Parteien suchen zu selten Lösungen

Kriminalstatistik: Wir haben ein Problem mit jugendlichen und nichtdeutschen Gewalttätern

Harald Baumer

Korrespondent Berlin

E-Mail zur Autorenseite

9.4.2024, 13:49 Uhr
Innenministerin Nancy Faeser bei der Vorstellung der Kriminalstatistik.

© Britta Pedersen/dpa Innenministerin Nancy Faeser bei der Vorstellung der Kriminalstatistik.

Die Vorstellung der jährlichen Kriminalstatistik ist ein Höhepunkt des parteipolitischen Aktivismus. Jedes Lager sucht sich exakt die Punkte heraus, die in seine Denkart passen. Dieses Theater fängt meist schon Tage vor der tatsächlichen Veröffentlichung der Zahlen an.

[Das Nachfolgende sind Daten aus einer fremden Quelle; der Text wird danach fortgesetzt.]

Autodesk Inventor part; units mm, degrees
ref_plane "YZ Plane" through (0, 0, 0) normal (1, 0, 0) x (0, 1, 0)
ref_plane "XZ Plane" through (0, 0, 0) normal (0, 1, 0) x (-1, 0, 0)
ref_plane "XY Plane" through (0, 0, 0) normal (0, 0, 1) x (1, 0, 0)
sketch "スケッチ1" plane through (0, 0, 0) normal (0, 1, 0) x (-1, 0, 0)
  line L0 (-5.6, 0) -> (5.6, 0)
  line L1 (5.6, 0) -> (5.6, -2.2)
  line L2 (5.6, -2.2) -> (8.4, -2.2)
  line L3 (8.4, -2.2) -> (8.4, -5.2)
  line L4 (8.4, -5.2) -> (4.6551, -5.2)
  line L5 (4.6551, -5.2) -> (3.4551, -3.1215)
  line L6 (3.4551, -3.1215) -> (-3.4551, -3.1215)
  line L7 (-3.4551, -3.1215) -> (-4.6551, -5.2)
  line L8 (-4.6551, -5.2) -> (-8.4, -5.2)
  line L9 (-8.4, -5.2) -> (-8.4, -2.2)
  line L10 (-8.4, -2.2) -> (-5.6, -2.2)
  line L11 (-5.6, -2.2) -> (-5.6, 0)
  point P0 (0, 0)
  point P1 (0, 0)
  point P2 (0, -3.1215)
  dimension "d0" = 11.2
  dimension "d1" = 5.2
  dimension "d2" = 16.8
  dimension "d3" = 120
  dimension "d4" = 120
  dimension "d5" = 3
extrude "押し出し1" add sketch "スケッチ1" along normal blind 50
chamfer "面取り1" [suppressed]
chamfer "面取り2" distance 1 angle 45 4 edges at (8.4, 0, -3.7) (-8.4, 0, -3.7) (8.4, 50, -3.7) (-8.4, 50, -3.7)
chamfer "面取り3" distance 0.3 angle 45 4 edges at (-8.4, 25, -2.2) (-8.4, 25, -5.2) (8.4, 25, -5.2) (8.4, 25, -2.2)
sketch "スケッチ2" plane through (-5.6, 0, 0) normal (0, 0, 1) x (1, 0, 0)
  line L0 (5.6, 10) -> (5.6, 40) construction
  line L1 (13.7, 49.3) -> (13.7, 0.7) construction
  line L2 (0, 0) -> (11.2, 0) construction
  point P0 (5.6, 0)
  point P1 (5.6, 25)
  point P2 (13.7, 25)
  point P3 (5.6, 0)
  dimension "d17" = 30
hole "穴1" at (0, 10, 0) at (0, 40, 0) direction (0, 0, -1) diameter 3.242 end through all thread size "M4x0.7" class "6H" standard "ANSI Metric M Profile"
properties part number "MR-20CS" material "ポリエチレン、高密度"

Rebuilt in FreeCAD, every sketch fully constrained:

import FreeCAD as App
import Part
import Sketcher
from FreeCAD import Vector
Q = App.Units.Quantity


def edges_at(feature, points):
    """Names of the edges that pass closest to the given points."""
    edges = feature.Shape.Edges
    near = lambda p: min(range(len(edges)), key=lambda i: edges[i].distToShape(Part.Vertex(*p))[0])
    return sorted({f"Edge{near(p) + 1}" for p in points})


def add_polygon(sketch, points):
    """Adds a closed chain of lines whose ends are joined by coincident constraints."""
    first, n = sketch.GeometryCount, len(points)
    for a, b in zip(points, points[1:] + points[:1]):
        sketch.addGeometry(Part.LineSegment(App.Vector(*a, 0), App.Vector(*b, 0)), False)
    for i in range(n):
        sketch.addConstraint(Sketcher.Constraint("Coincident", first + i, 2, first + (i + 1) % n, 1))

doc = App.newDocument("Part")
body = doc.addObject("PartDesign::Body", "Body")

sketch1 = doc.addObject("Sketcher::SketchObject", "Sketch")
body.addObject(sketch1)
sketch1.AttachmentSupport = (doc.XZ_Plane, [""])
sketch1.MapMode = "FlatFace"
add_polygon(sketch1, [(-5.6, 0), (5.6, 0), (5.6, -2.2), (8.4, -2.2), (8.4, -5.2), (4.7, -5.2), (3.5, -3.1), (-3.5, -3.1), (-4.7, -5.2), (-8.4, -5.2), (-8.4, -2.2), (-5.6, -2.2)])
sketch1.addConstraint(Sketcher.Constraint("Horizontal", 0))
sketch1.addConstraint(Sketcher.Constraint("Vertical", 1))
sketch1.addConstraint(Sketcher.Constraint("Horizontal", 2))
sketch1.addConstraint(Sketcher.Constraint("Vertical", 3))
sketch1.addConstraint(Sketcher.Constraint("Horizontal", 4))
sketch1.addConstraint(Sketcher.Constraint("Horizontal", 6))
sketch1.addConstraint(Sketcher.Constraint("Horizontal", 8))
sketch1.addConstraint(Sketcher.Constraint("Vertical", 9))
sketch1.addConstraint(Sketcher.Constraint("Horizontal", 10))
sketch1.addConstraint(Sketcher.Constraint("Vertical", 11))
sketch1.addConstraint(Sketcher.Constraint("Symmetric", 0, 2, 11, 2, -1, 1))
sketch1.addConstraint(Sketcher.Constraint("Symmetric", 4, 2, 7, 2, -2))
sketch1.addConstraint(Sketcher.Constraint("Symmetric", 2, 2, 9, 2, -2))
sketch1.addConstraint(Sketcher.Constraint("Equal", 5, 7))
sketch1.addConstraint(Sketcher.Constraint("DistanceY", 3, 2, 3, 1, 3.0))
sketch1.addConstraint(Sketcher.Constraint("Angle", 5, Q("119.9995 deg")))
sketch1.addConstraint(Sketcher.Constraint("DistanceX", 0, 1, 0, 2, 11.2))
sketch1.addConstraint(Sketcher.Constraint("DistanceY", 3, 2, -1, 1, 5.2))
sketch1.addConstraint(Sketcher.Constraint("DistanceX", 2, 1, 2, 2, 2.8))
sketch1.addConstraint(Sketcher.Constraint("Distance", 5, 2.4))
sketch1.addConstraint(Sketcher.Constraint("DistanceX", 4, 2, 4, 1, 3.745))
pad1 = doc.addObject("PartDesign::Pad", "Pad")
body.addObject(pad1)
pad1.Profile = sketch1
pad1.Length = 50
pad1.Reversed = True
doc.recompute()

chamfer = doc.addObject("PartDesign::Chamfer", "Chamfer")
body.addObject(chamfer)
chamfer.Base = (pad1, edges_at(pad1, [
    (8.4, 0, -3.7),
    (-8.4, 0, -3.7),
    (8.4, 50, -3.7),
    (-8.4, 50, -3.7),
]))
chamfer.Size = 1
doc.recompute()

chamfer2 = doc.addObject("PartDesign::Chamfer", "Chamfer001")
body.addObject(chamfer2)
chamfer2.Base = (chamfer, edges_at(chamfer, [
    (-8.4, 25, -2.2),
    (-8.4, 25, -5.2),
    (8.4, 25, -5.2),
    (8.4, 25, -2.2),
]))
chamfer2.Size = 0.3

sketch2 = doc.addObject("Sketcher::SketchObject", "Sketch001")
body.addObject(sketch2)
sketch2.AttachmentSupport = (doc.XY_Plane, [""])
sketch2.MapMode = "FlatFace"
sketch2.addGeometry(Part.Circle(Vector(0, 10, 0), Vector(0, 0, 1), 1.6), False)
sketch2.addGeometry(Part.Circle(Vector(0, 40, 0), Vector(0, 0, 1), 1.6), False)
sketch2.addConstraint(Sketcher.Constraint("Equal", 0, 1))
sketch2.addConstraint(Sketcher.Constraint("PointOnObject", 0, 3, -2))
sketch2.addConstraint(Sketcher.Constraint("PointOnObject", 1, 3, -2))
sketch2.addConstraint(Sketcher.Constraint("Diameter", 0, 3.242))
sketch2.addConstraint(Sketcher.Constraint("DistanceY", -1, 1, 0, 3, 10.0))
sketch2.addConstraint(Sketcher.Constraint("DistanceY", -1, 1, 1, 3, 40.0))
doc.recompute()
hole = doc.addObject("PartDesign::Hole", "Hole")
body.addObject(hole)
hole.Profile = sketch2
hole.ThreadType = "None"
hole.Diameter = 3.242
hole.DepthType = "ThroughAll"

doc.recompute()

So überrascht es kaum, dass die AfD fast nur über die gestiegene Ausländerkriminalität sprechen will. Die Grünen weisen im Gegenzug darauf hin, dass man Krimininalität am besten bekämpfe, wenn Präventivarbeit bei den besonders betroffenen sozio-ökonomisch schwachen Gruppen leiste und das seien nun mal häufig Migranten. Klingt so, als ob es sich ausschließlich um eine Frage der Sozialarbeit handele.

Wahrheit liegt zwischen den lauten Tönen

Und die Wahrheit? Sie liegt irgendwo zwischen all dem, mit dem uns die Partei-Lautsprecher zudröhnen. Leider gibt es nämlich die ganz einfachen Erklärmuster nicht. Kriminalität ist ein hochkomplexes gesellschaftliches Phänomen, von dem die Polizeistatistik auch nur einen Teil erfasst. Mindestens genauso wichtig ist die Justizstatistik, die auf die abgeschlossenen Verfahren eingeht.

Was kann man also aus den Zahlen lernen, die Bundesinnenministerin Nancy Faeser in Berlin vorgestellt hat? Erstens: Deutschland hat ein ernsthaftes Problem mit der Jugendkriminalität und mit Gewaltdelikten. Der Anteil der nichtdeutschen Tatverdächtigen ist unverhältnismäßig hoch. Das muss man deutlich ansprechen, ohne in dumpfen "Ausländer-raus"-Rechtspopulismus zu verfallen. Zur Ehrlichkeit gehört zum Beispiel auch: Junge Männer sind in so gut wie allen Kulturkreisen kriminell auffällig und nicht nur unter Zuwanderern.

Zweitens: Anhaltend hohe Migrantenzahlen erschweren eine gute Integration. Deswegen sollte man auf die verzweifelten Bürgermeisterinnen und Landräte so gut wie aller Parteien hören, die darauf hinweisen, dass ihre Kindergärten, Schulen, Sprachlehrer, Sozialpädagoginnen und Wohnungsmärkte überfordert sind. Zuwanderung muss besser gesteuert werden, soweit das mit dem Asylrecht als hohem Verfassungsgut zu vereinbaren ist.

Rasch und gezielt verfolgen

Drittens: Trotz der knappen Ressourcen müssen die Mittel für Vorbeugung erhöht werden. Ein vergleichsweise kleiner Anteil der Jugendlichen sorgt für viele und besonders schwere Straftaten. Wird diese Gruppe frühzeitig ins Visier genommen, kann Kriminalität drastisch reduziert werden. Dazu gehört natürlich auch, dass es Polizei und Gerichten ermöglicht wird, diejenigen rasch und gezielt zu verfolgen, die trotzdem straffällig werden.

Nur dann, wenn das Problem an allen Ecken und Enden angegangen wird und das auch noch möglichst gleichzeitig, kann sich langfristig etwas bessern. Diejenigen, die Kriminalität eindimensional betrachten, wollen in Wahrheit gar nichts ändern, sondern nur mit ihrer "reinen Lehre" auf Wählerfang gehen.